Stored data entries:
————————

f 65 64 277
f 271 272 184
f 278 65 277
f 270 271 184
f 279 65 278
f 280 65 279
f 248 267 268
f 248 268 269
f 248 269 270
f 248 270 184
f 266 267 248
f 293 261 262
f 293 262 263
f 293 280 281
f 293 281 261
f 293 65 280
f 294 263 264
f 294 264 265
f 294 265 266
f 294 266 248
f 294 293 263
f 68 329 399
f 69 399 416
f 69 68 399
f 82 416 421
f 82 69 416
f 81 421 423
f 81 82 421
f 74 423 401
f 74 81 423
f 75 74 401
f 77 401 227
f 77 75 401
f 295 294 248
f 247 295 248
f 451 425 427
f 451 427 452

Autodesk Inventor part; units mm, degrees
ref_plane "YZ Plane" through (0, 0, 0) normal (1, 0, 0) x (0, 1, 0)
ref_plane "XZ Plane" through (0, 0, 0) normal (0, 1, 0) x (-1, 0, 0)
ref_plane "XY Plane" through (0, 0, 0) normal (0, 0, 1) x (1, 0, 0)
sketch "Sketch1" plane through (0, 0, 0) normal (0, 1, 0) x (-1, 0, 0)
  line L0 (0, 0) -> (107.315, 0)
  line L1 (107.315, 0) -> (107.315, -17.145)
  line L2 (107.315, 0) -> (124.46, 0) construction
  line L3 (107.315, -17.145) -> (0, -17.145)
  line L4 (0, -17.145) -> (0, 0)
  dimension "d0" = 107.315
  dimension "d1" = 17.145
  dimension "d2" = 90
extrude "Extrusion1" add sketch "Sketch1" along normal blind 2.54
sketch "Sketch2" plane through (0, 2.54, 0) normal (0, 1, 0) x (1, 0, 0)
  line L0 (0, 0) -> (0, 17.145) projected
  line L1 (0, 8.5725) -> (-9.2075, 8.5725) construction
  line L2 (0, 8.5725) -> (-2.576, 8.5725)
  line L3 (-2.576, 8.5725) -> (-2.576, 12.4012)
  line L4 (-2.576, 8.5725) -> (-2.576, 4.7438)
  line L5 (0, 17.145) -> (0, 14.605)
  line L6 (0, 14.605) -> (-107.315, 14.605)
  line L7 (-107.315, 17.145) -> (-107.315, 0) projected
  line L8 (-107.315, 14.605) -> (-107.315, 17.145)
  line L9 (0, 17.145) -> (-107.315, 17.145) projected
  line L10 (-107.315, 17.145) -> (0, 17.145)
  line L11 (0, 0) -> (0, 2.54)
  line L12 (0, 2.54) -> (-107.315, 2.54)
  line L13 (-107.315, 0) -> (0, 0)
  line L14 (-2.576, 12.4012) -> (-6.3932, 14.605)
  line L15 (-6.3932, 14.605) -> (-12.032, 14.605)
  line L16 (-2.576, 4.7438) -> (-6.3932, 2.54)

————————

## Work required
Would you print exactly, and only, the lines of the data above from the line with "plane through (0, 0, 0)" through the line with "line L1 (0, 8.5725)", inclusive?

## Response below
sketch "Sketch1" plane through (0, 0, 0) normal (0, 1, 0) x (-1, 0, 0)
  line L0 (0, 0) -> (107.315, 0)
  line L1 (107.315, 0) -> (107.315, -17.145)
  line L2 (107.315, 0) -> (124.46, 0) construction
  line L3 (107.315, -17.145) -> (0, -17.145)
  line L4 (0, -17.145) -> (0, 0)
  dimension "d0" = 107.315
  dimension "d1" = 17.145
  dimension "d2" = 90
extrude "Extrusion1" add sketch "Sketch1" along normal blind 2.54
sketch "Sketch2" plane through (0, 2.54, 0) normal (0, 1, 0) x (1, 0, 0)
  line L0 (0, 0) -> (0, 17.145) projected
  line L1 (0, 8.5725) -> (-9.2075, 8.5725) construction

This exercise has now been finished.